Information Start Marker

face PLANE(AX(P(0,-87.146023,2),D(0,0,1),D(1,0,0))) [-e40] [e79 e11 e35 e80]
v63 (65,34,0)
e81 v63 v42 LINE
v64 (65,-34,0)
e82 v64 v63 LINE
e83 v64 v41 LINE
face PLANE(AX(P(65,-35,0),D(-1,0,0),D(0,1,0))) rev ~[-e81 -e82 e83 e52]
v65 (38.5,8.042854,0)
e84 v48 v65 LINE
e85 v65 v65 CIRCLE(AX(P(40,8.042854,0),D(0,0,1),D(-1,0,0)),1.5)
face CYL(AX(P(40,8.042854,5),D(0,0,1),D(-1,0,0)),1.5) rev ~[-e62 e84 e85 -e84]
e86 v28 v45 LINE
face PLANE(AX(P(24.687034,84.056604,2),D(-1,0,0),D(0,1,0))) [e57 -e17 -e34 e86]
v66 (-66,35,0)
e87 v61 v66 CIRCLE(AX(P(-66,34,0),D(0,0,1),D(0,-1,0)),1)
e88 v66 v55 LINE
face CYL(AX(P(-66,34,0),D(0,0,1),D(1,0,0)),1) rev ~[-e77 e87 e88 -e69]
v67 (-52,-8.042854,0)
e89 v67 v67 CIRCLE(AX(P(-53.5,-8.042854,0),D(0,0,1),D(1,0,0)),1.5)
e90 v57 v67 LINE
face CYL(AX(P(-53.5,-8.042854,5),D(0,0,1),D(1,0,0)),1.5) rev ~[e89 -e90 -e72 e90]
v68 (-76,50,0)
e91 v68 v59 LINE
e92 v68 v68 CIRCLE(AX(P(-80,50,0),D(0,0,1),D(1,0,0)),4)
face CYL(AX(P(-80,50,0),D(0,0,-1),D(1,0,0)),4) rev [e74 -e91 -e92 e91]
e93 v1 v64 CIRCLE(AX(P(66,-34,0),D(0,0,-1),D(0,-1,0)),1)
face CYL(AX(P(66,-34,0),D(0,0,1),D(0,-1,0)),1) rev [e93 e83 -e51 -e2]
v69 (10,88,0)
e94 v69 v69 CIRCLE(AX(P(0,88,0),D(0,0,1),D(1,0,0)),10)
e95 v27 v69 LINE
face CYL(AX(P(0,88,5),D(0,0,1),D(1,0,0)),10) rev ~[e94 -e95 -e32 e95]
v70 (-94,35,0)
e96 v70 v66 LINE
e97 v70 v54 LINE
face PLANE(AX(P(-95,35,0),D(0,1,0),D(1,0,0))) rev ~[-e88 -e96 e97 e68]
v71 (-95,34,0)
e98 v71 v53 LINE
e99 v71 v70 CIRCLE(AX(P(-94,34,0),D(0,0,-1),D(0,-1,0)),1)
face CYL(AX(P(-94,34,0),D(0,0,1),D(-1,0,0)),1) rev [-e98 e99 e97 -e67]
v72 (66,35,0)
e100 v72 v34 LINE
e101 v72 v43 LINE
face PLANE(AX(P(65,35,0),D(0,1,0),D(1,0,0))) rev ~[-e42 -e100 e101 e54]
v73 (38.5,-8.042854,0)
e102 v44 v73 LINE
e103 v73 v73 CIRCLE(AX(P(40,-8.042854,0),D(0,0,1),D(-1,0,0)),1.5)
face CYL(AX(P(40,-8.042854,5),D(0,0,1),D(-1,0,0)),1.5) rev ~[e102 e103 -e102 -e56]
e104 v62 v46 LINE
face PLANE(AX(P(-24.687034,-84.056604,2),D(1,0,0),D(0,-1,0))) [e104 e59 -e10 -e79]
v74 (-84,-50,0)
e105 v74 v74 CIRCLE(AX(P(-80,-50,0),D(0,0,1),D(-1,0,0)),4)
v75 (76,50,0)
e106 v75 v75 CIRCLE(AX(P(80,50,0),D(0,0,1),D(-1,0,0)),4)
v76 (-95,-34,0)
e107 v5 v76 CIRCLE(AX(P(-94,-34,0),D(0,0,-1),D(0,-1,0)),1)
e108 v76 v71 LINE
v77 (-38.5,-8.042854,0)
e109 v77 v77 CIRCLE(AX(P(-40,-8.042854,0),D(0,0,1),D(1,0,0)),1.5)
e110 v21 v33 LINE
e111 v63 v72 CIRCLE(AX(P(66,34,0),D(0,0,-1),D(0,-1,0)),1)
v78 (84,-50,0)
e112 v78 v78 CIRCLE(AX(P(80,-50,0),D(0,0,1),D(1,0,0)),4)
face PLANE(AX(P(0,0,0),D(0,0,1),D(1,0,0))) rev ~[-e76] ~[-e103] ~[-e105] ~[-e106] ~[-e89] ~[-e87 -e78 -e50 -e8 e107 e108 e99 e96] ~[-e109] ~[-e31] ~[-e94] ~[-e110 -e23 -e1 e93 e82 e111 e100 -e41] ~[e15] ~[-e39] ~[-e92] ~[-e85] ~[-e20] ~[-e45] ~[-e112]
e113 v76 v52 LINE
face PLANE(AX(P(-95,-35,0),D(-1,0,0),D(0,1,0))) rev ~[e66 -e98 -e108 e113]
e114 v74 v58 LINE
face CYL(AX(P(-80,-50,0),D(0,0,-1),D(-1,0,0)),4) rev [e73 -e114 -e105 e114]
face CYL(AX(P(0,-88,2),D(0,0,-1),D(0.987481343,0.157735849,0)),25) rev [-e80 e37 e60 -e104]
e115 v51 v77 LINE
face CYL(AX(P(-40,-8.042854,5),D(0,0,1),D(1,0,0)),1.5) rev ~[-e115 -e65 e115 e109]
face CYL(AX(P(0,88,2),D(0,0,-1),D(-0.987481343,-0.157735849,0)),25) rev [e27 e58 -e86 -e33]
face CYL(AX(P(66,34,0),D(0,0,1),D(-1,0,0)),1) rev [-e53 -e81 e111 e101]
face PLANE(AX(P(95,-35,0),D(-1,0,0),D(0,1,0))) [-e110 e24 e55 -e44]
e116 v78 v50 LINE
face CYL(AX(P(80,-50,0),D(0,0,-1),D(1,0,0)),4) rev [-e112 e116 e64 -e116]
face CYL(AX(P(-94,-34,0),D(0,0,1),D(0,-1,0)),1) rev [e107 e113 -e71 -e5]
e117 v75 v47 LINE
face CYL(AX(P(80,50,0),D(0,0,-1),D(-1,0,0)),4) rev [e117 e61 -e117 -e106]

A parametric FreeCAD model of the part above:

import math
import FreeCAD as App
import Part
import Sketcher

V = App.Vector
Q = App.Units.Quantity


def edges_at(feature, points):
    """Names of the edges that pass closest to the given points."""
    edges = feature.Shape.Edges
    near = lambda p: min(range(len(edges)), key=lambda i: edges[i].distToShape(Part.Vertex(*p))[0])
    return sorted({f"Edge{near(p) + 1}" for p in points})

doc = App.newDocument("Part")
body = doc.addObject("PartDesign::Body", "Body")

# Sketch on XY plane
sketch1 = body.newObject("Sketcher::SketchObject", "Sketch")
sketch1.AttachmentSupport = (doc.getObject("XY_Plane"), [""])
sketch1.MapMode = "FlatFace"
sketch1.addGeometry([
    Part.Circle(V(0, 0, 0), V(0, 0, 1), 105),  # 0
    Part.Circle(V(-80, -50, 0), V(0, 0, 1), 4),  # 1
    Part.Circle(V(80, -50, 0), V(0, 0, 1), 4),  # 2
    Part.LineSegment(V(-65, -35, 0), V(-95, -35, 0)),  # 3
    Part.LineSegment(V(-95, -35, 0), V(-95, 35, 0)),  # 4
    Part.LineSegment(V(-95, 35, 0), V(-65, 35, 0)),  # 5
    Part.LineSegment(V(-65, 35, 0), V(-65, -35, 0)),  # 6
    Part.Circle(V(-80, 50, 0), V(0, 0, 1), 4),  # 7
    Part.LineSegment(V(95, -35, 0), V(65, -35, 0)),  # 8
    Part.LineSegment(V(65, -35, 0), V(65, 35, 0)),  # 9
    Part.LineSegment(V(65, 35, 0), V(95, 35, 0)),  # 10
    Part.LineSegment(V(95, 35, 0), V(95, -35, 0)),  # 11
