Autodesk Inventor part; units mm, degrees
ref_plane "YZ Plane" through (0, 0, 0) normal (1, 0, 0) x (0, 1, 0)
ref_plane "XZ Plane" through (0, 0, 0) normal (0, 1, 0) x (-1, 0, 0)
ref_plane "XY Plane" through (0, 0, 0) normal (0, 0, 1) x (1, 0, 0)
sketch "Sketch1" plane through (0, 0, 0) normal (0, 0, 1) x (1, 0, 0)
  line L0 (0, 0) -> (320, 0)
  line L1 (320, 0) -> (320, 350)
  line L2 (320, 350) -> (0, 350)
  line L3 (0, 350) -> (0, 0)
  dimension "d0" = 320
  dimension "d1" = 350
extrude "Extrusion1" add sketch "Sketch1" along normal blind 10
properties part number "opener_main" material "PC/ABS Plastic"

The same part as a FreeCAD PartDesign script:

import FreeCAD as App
import Part
import Sketcher
Q = App.Units.Quantity

doc = App.newDocument("Part")
body = doc.addObject("PartDesign::Body", "Body")

# Sketch on XY plane
sketch1 = body.newObject("Sketcher::SketchObject", "Sketch")
sketch1.AttachmentSupport = (doc.getObject("XY_Plane"), [""])
sketch1.MapMode = "FlatFace"
sketch1.addGeometry(Part.LineSegment(App.Vector(0, 350, 0), App.Vector(0, 0, 0)), False)
sketch1.addGeometry(Part.LineSegment(App.Vector(0, 0, 0), App.Vector(320, 0, 0)), False)
sketch1.addGeometry(Part.LineSegment(App.Vector(320, 0, 0), App.Vector(320, 350, 0)), False)
sketch1.addGeometry(Part.LineSegment(App.Vector(320, 350, 0), App.Vector(0, 350, 0)), False)
sketch1.addConstraint(Sketcher.Constraint("Coincident", 0, 2, 1, 1))
sketch1.addConstraint(Sketcher.Constraint("Coincident", 1, 2, 2, 1))
sketch1.addConstraint(Sketcher.Constraint("Coincident", 2, 2, 3, 1))
sketch1.addConstraint(Sketcher.Constraint("Coincident", 3, 2, 0, 1))
sketch1.addConstraint(Sketcher.Constraint("Vertical", 0))
sketch1.addConstraint(Sketcher.Constraint("Horizontal", 1))
sketch1.addConstraint(Sketcher.Constraint("Vertical", 2))
sketch1.addConstraint(Sketcher.Constraint("Horizontal", 3))
sketch1.addConstraint(Sketcher.Constraint("Coincident", 0, 2, -1, 1))
sketch1.addConstraint(Sketcher.Constraint("DistanceX", 1, 1, 1, 2, Q("320 mm")))
sketch1.addConstraint(Sketcher.Constraint("DistanceY", 0, 2, 0, 1, Q("350 mm")))
pad1 = body.newObject("PartDesign::Pad", "Pad")
pad1.Profile = sketch1
pad1.Length = 10

doc.recompute()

Information End Marker

About this exercise: In the listing above, find the line with "e117 v75 v47 LINE" and the line with "The same part", then reproduce both and every line between them exactly.

Task answer:
e117 v75 v47 LINE
face CYL(AX(P(80,50,0),D(0,0,-1),D(-1,0,0)),4) rev [e117 e61 -e117 -e106]

A parametric FreeCAD model of the part above:

import math
import FreeCAD as App
import Part
import Sketcher

V = App.Vector
Q = App.Units.Quantity


def edges_at(feature, points):
    """Names of the edges that pass closest to the given points."""
    edges = feature.Shape.Edges
    near = lambda p: min(range(len(edges)), key=lambda i: edges[i].distToShape(Part.Vertex(*p))[0])
    return sorted({f"Edge{near(p) + 1}" for p in points})

doc = App.newDocument("Part")
body = doc.addObject("PartDesign::Body", "Body")

# Sketch on XY plane
sketch1 = body.newObject("Sketcher::SketchObject", "Sketch")
sketch1.AttachmentSupport = (doc.getObject("XY_Plane"), [""])
sketch1.MapMode = "FlatFace"
sketch1.addGeometry([
    Part.Circle(V(0, 0, 0), V(0, 0, 1), 105),  # 0
    Part.Circle(V(-80, -50, 0), V(0, 0, 1), 4),  # 1
    Part.Circle(V(80, -50, 0), V(0, 0, 1), 4),  # 2
    Part.LineSegment(V(-65, -35, 0), V(-95, -35, 0)),  # 3
    Part.LineSegment(V(-95, -35, 0), V(-95, 35, 0)),  # 4
    Part.LineSegment(V(-95, 35, 0), V(-65, 35, 0)),  # 5
    Part.LineSegment(V(-65, 35, 0), V(-65, -35, 0)),  # 6
    Part.Circle(V(-80, 50, 0), V(0, 0, 1), 4),  # 7
    Part.LineSegment(V(95, -35, 0), V(65, -35, 0)),  # 8
    Part.LineSegment(V(65, -35, 0), V(65, 35, 0)),  # 9
    Part.LineSegment(V(65, 35, 0), V(95, 35, 0)),  # 10
    Part.LineSegment(V(95, 35, 0), V(95, -35, 0)),  # 11
Autodesk Inventor part; units mm, degrees
ref_plane "YZ Plane" through (0, 0, 0) normal (1, 0, 0) x (0, 1, 0)
ref_plane "XZ Plane" through (0, 0, 0) normal (0, 1, 0) x (-1, 0, 0)
ref_plane "XY Plane" through (0, 0, 0) normal (0, 0, 1) x (1, 0, 0)
sketch "Sketch1" plane through (0, 0, 0) normal (0, 0, 1) x (1, 0, 0)
  line L0 (0, 0) -> (320, 0)
  line L1 (320, 0) -> (320, 350)
  line L2 (320, 350) -> (0, 350)
  line L3 (0, 350) -> (0, 0)
  dimension "d0" = 320
  dimension "d1" = 350
extrude "Extrusion1" add sketch "Sketch1" along normal blind 10
properties part number "opener_main" material "PC/ABS Plastic"

The same part as a FreeCAD PartDesign script:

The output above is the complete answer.